Dramatic images of the training of baby elephants for the circus have been released after a former trainer had a change of heart.

Photos of 18- to 24-month-old calves chained, forcibly separated from their mothers, pulled and prodded with sharp hooks and even the use of an electric prod show training at the Ringling Bros Circus in America.

Up to four handlers at a time tugged hard on ropes to make babies lie down, sit up, stand on two legs, salute, do headstands: the usual circus tricks which trainers say are taught through kindness.

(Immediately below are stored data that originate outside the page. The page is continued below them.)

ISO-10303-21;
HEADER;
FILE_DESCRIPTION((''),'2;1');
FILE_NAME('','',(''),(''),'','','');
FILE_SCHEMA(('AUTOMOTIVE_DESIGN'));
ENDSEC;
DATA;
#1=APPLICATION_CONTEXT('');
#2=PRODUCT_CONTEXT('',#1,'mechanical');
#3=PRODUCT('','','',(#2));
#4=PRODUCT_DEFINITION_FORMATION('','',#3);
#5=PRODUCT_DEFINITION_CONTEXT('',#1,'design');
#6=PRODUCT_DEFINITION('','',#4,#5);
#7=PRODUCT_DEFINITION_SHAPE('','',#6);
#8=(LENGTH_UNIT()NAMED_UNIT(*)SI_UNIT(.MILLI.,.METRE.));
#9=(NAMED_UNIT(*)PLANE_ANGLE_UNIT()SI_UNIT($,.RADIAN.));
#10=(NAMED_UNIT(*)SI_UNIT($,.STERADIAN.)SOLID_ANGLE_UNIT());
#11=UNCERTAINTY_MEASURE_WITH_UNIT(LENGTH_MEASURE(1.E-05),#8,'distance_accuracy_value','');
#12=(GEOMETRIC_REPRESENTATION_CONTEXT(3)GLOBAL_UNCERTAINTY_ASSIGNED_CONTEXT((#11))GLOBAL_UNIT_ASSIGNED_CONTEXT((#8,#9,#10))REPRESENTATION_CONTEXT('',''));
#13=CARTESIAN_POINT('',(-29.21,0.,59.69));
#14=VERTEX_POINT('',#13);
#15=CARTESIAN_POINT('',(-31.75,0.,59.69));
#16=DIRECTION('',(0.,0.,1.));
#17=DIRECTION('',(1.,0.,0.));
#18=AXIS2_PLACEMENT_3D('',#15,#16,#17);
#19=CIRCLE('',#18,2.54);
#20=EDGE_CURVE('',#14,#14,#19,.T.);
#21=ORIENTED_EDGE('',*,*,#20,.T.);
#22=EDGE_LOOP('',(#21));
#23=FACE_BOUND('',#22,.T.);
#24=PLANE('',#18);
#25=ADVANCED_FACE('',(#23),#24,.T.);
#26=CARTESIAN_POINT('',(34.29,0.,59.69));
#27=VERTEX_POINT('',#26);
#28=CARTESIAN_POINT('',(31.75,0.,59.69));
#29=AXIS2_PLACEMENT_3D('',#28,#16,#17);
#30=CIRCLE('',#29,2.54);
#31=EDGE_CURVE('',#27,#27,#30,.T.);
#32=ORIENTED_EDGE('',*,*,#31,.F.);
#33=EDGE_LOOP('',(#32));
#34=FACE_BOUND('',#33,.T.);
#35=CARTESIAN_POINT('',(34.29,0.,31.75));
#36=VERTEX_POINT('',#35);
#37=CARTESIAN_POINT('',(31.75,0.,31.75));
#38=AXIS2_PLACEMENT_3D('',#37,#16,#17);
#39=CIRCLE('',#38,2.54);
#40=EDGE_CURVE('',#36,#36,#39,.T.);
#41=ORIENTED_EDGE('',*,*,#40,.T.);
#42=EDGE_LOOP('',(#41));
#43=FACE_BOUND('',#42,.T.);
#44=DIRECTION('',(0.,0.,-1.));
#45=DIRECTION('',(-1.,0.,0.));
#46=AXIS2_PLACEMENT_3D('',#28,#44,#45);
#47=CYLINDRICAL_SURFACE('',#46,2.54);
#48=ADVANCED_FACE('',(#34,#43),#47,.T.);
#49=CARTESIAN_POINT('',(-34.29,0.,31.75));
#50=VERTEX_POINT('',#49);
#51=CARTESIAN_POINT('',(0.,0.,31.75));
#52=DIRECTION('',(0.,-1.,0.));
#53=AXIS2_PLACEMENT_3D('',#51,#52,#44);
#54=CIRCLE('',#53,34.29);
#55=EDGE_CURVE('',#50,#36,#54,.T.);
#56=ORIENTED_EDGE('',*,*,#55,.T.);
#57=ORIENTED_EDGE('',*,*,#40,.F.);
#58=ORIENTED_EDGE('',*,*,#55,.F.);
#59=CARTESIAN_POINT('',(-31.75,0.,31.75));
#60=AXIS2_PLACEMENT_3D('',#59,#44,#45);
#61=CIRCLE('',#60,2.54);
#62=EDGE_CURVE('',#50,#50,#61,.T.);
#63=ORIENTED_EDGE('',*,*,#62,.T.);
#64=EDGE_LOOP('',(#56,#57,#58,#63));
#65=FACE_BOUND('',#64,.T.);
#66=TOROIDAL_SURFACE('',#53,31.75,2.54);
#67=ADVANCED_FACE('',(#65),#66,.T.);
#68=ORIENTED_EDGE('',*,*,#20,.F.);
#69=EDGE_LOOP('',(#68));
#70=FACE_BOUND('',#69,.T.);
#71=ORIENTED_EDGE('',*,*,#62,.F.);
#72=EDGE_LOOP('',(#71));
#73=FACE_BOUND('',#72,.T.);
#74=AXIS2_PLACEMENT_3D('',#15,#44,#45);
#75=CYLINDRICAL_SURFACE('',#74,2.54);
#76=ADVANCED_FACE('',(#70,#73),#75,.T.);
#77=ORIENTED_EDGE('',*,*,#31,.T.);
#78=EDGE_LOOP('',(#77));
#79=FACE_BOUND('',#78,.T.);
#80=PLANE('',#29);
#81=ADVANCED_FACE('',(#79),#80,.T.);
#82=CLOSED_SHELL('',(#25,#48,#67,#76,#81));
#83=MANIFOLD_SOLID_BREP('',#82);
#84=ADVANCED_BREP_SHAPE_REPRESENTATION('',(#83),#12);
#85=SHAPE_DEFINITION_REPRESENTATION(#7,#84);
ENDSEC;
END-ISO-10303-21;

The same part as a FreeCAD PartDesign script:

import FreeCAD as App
import Part
import Sketcher
from FreeCAD import Vector
Q = App.Units.Quantity

doc = App.newDocument("Part")
body = doc.addObject("PartDesign::Body", "Body")

# Sketch on YZ plane
sketch1 = body.newObject("Sketcher::SketchObject", "Sketch")
sketch1.AttachmentSupport = (doc.getObject("YZ_Plane"), [""])
sketch1.MapMode = "FlatFace"
sketch1.addGeometry(Part.Circle(Vector(0, 0, 0), Vector(0, 0, 1), 2.54), False)
sketch1.addGeometry(Part.LineSegment(Vector(0, 31.75, 0), Vector(10, 31.75, 0)), True)  # axis
sketch1.addConstraint([
    Sketcher.Constraint("Horizontal", 1),
    Sketcher.Constraint("Coincident", 0, 3, -1, 1),
    Sketcher.Constraint("PointOnObject", 1, 1, -2),
    Sketcher.Constraint("Diameter", 0, Q("0.2 in")),
    Sketcher.Constraint("DistanceY", -1, 1, 1, 1, Q("1.25 in")),
    Sketcher.Constraint("DistanceX", 1, 1, 1, 2, Q("10 mm")),
])
revolution = body.newObject("PartDesign::Revolution", "Revolution")
revolution.Profile = sketch1
revolution.ReferenceAxis = (sketch1, ["Axis0"])
revolution.Angle = 90

# Sketch on YZ plane
sketch2 = body.newObject("Sketcher::SketchObject", "Sketch001")
sketch2.AttachmentSupport = (doc.getObject("YZ_Plane"), [""])
sketch2.MapMode = "FlatFace"
sketch2.addGeometry(Part.Circle(Vector(0, 0, 0), Vector(0, 0, 1), 2.54), False)
sketch2.addGeometry(Part.LineSegment(Vector(0, 31.75, 0), Vector(-10, 31.75, 0)), True)  # axis
sketch2.addConstraint([
    Sketcher.Constraint("Horizontal", 1),
    Sketcher.Constraint("Coincident", 0, 3, -1, 1),
    Sketcher.Constraint("PointOnObject", 1, 1, -2),
    Sketcher.Constraint("Diameter", 0, Q("0.2 in")),
    Sketcher.Constraint("DistanceY", -1, 1, 1, 1, Q("1.25 in")),
    Sketcher.Constraint("DistanceX", 1, 2, 1, 1, Q("10 mm")),
])
revolution2 = body.newObject("PartDesign::Revolution", "Revolution001")
revolution2.Profile = sketch2
revolution2.ReferenceAxis = (sketch2, ["Axis0"])
revolution2.Angle = 90

# Sketch on XY plane
sketch3 = body.newObject("Sketcher::SketchObject", "Sketch002")
sketch3.AttachmentSupport = (doc.getObject("XY_Plane"), [""])
sketch3.MapMode = "FlatFace"
sketch3.AttachmentOffset = App.Placement(Vector(0, 0, 1.25 * 25.4), App.Rotation())
sketch3.addGeometry([
    Part.Circle(Vector(-31.75, 0, 0), Vector(0, 0, 1), 2.54),
    Part.Circle(Vector(31.75, 0, 0), Vector(0, 0, 1), 2.54),
], False)
sketch3.addConstraint([
    Sketcher.Constraint("Equal", 0, 1),
    Sketcher.Constraint("Symmetric", 0, 3, 1, 3, -1, 1),
    Sketcher.Constraint("PointOnObject", 0, 3, -1),
    Sketcher.Constraint("Diameter", 0, Q("0.2 in")),
    Sketcher.Constraint("DistanceX", 0, 3, 1, 3, Q("2.5 in")),
])
pad1 = body.newObject("PartDesign::Pad", "Pad")
pad1.Profile = sketch3
pad1.Length = Q("1.1 in")

doc.recompute()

Elephants chained The ‘whistleblower’ is former elephant handler Sam Haddock, who worked in the circus industry from 1976 and at Ringling's Center for Elephant Conservation, a breeding and training center, in Florida, off and on between 1997 and 2005. His photos and 15-page statement, provided to PETA, reveal what circuses try so hard to keep hidden.

Before his wife, Millie, died in 2007, she asked him to promise to “do the right thing" in exposing the cruelty he not only witnessed, but took part in. Haddock’s statement admits his own part in the abuse of elephants: the use of an electric prod on an elephant in 1997 (saying he “fried him for about ten minutes”) and the beating of another elephant with a bullhook for 15 minutes the following year.
Elephant doing headstand
Ringlings continues to defend its treatment of animals. Head trainer Gary Jacobson, who features in many of the photos, claims: "These are classic pictures of professional elephant-training … This is the most humane way."

Sam Haddock’s statement discusses the separation of mother and calf: "When pulling 18-24-month-old babies, the mother is chained against the wall by all four legs. Usually there's 6 or 7 staff that go in to pull the baby rodeo style. ... Some mothers scream more than others while watching their babies being roped. ... The relationship with their mother ends."

Gary Jacobson’s view is strikingly different: "I separate them slowly now. … When you separate the calves, they thrash around a bit. They miss their mother for about three days, and that's it."

Sam Haddock died in November 2009, before the true extent of his revelations could be shown. It is thanks to the bravery of Sam and his wife that the world now knows how baby elephants are trained for the circus.